# Still Bored



## etch (Oct 13, 2007)

Hi Guys


Still waiting for Spring, so i'm having some fun playing around. Topwaters, monster bullfrogs, loons and small bass baits. Hope you like them.

Thanks
Etch


----------



## fugarwi7 (Sep 20, 2006)

Man, you have been busy...those all look interesting, especially the last ones...how do those track? Do the blades keep them from listing? Looks like you'll have a noisy spring when those hit the water!!


----------



## TIGGER (Jan 17, 2006)

Rob you are off the hook!!!!!!!!!!! Man can you crank them out!

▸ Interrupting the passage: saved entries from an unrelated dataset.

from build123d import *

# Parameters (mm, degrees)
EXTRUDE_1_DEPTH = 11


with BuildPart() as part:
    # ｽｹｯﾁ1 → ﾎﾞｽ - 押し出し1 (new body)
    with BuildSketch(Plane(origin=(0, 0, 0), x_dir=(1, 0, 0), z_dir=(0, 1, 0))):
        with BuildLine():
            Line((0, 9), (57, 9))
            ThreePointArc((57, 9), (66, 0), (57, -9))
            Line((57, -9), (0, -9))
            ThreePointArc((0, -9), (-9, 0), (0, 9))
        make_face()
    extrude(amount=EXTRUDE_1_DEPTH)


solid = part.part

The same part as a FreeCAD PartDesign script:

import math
import FreeCAD as App
import Part
import Sketcher

doc = App.newDocument("Part")
body = doc.addObject("PartDesign::Body", "Body")

# Sketch on XZ plane
sketch1 = body.newObject("Sketcher::SketchObject", "Sketch")
sketch1.AttachmentSupport = (doc.getObject("XZ_Plane"), [""])
sketch1.MapMode = "FlatFace"
sketch1.addGeometry(Part.LineSegment(App.Vector(57, -9, 0), App.Vector(0, -9, 0)), False)
sketch1.addGeometry(Part.ArcOfCircle(Part.Circle(App.Vector(0, 0, 0), App.Vector(0, 0, 1), 9), math.radians(90), math.radians(270)), False)
sketch1.addGeometry(Part.LineSegment(App.Vector(0, 9, 0), App.Vector(57, 9, 0)), False)
sketch1.addGeometry(Part.ArcOfCircle(Part.Circle(App.Vector(57, 0, 0), App.Vector(0, 0, 1), 9), math.radians(-90), math.radians(90)), False)
sketch1.addConstraint(Sketcher.Constraint("Tangent", 0, 2, 1, 2))
sketch1.addConstraint(Sketcher.Constraint("Tangent", 1, 1, 2, 1))
sketch1.addConstraint(Sketcher.Constraint("Tangent", 2, 2, 3, 2))
sketch1.addConstraint(Sketcher.Constraint("Tangent", 3, 1, 0, 1))
sketch1.addConstraint(Sketcher.Constraint("Horizontal", 0))
sketch1.addConstraint(Sketcher.Constraint("Horizontal", 2))
sketch1.addConstraint(Sketcher.Constraint("Coincident", 1, 3, -1, 1))
sketch1.addConstraint(Sketcher.Constraint("Radius", 1, 9.0))
sketch1.addConstraint(Sketcher.Constraint("DistanceX", 0, 2, 0, 1, 57.0))
pad1 = body.newObject("PartDesign::Pad", "Pad")
pad1.Profile = sketch1
pad1.Length = 11
pad1.Reversed = True

doc.recompute()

Your frog was a big hit at the seminar. To see one in person is something else! 
Very very neat ideas on the lures!


----------



## hazmail (Oct 26, 2007)

Etch - what a great line up, where do you get the time? From the 'conventional' lures, to the bloody ducks with paddles, they are masterpieces. I would love to see those frogs in action too. pete


----------



## etch (Oct 13, 2007)

thanxs guys, your kind words keep me motivated, fug, bottom guy is awesome, sits right every time, comes in true no probs at all, pslashing and throwing water everywhere, tigger and haz, there is no cure for this addiction lol, you just have to build lol, and still keep the wife and kids happy, lol, balancing a tightrope sometimes,lmao, thanxs again for the kind words, andhave a few more suprises on the drying rack now 

Etch


----------



## Big Daddy (Apr 6, 2004)

Etch, when my son saw the frog Vince brought to the seminar, he was DROOLING. (along with everyone else!) 

I showed him the loons last night and he likes them too. 

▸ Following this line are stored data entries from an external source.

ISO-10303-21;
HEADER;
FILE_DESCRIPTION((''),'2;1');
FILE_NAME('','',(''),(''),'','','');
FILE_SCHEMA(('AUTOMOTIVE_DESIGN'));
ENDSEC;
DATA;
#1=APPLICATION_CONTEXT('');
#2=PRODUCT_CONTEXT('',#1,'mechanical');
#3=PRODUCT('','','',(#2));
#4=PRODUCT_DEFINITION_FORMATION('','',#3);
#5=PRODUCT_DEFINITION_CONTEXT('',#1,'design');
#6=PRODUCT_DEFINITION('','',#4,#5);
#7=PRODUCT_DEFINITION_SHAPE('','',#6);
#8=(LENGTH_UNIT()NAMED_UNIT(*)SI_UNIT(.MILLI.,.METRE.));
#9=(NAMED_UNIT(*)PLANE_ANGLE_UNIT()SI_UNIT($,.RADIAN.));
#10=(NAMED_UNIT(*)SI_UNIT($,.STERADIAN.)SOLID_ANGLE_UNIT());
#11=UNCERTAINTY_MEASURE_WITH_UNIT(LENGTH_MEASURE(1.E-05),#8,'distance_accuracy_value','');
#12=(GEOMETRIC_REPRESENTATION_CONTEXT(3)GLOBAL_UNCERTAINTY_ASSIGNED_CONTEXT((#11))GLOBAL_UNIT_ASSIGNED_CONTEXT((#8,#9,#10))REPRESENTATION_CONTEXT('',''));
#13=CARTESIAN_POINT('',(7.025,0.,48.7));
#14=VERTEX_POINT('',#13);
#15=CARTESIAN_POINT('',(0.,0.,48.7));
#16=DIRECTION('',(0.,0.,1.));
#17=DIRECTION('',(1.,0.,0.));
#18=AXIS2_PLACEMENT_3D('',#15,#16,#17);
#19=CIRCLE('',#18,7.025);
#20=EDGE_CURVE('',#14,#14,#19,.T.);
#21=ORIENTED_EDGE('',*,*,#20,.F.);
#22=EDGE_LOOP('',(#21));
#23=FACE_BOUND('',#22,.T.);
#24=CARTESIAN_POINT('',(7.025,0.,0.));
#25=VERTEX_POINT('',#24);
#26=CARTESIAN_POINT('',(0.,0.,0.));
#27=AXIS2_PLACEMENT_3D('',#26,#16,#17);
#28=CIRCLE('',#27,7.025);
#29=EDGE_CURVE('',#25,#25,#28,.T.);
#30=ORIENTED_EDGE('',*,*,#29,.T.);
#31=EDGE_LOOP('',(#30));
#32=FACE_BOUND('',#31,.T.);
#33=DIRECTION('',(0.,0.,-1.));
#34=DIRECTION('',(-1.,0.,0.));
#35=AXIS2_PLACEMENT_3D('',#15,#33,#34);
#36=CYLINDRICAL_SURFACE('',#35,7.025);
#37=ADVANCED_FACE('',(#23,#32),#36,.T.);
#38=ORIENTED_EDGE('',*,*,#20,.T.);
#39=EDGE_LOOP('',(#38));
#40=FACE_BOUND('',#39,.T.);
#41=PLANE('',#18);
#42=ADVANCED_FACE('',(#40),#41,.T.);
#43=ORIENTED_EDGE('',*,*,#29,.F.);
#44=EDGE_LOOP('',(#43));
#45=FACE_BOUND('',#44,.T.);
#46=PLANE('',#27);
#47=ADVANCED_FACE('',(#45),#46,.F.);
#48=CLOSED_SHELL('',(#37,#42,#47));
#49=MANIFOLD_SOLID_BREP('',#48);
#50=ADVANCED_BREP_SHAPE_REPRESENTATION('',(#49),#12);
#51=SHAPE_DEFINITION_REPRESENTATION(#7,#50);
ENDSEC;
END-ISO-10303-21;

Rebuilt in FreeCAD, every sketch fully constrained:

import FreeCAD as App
import Part
import Sketcher

V = App.Vector

doc = App.newDocument("Part")
body = doc.addObject("PartDesign::Body", "Body")

sketch1 = body.newObject("Sketcher::SketchObject", "Sketch")
sketch1.AttachmentSupport = (doc.getObject("XY_Plane"), [""])
sketch1.MapMode = "FlatFace"
sketch1.addGeometry(Part.Circle(V(0, 0, 0), V(0, 0, 1), 7), False)
sketch1.addConstraint([
    Sketcher.Constraint("Coincident", 0, 3, -1, 1),
    Sketcher.Constraint("Diameter", 0, 14.05),
])
pad1 = body.newObject("PartDesign::Pad", "Pad")
pad1.Profile = sketch1
pad1.Length = 48.7

doc.recompute()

We should have hung one in the 55 inch musky mount by buddy Walt brought to the booth. Would have looked GREAT!


----------



## BassariskY (Sep 8, 2006)

The frogs and loons are just amazing!!


----------



## rjbass (Aug 1, 2007)

Etch,

You are the Frog and Loon master.....nice batch.

Rod


----------



## NorthSouthOhioFisherman (May 7, 2007)

Awesome Lures!!! have some fun with those buzzers!


----------



## peple of the perch (Sep 13, 2004)

WOW! Just amazing, very nice work.


----------



## etch (Oct 13, 2007)

thanxs again guys, your words do mean alot to me, and Big Daddy, you need to hang one of the frogs above in the mouth of that monster, these little bullfrogs are almost 11 inches of frog nastiness

Etch


----------



## vc1111 (Apr 13, 2004)

I agree with Tigger, these are off the hook, Rob.

You're baits were a big hit at the seminar thing, but the frog just stopped everyone in their tracks. It seems like no matter what color you paint them they look great...the sign of a true classic of a bait!


----------



## Big Daddy (Apr 6, 2004)

Insert frog... 

OGF member Prez (Walt)'s son Joey caught that 55 incher two years ago at St. Clair. It's a replica and was a big hit at the show.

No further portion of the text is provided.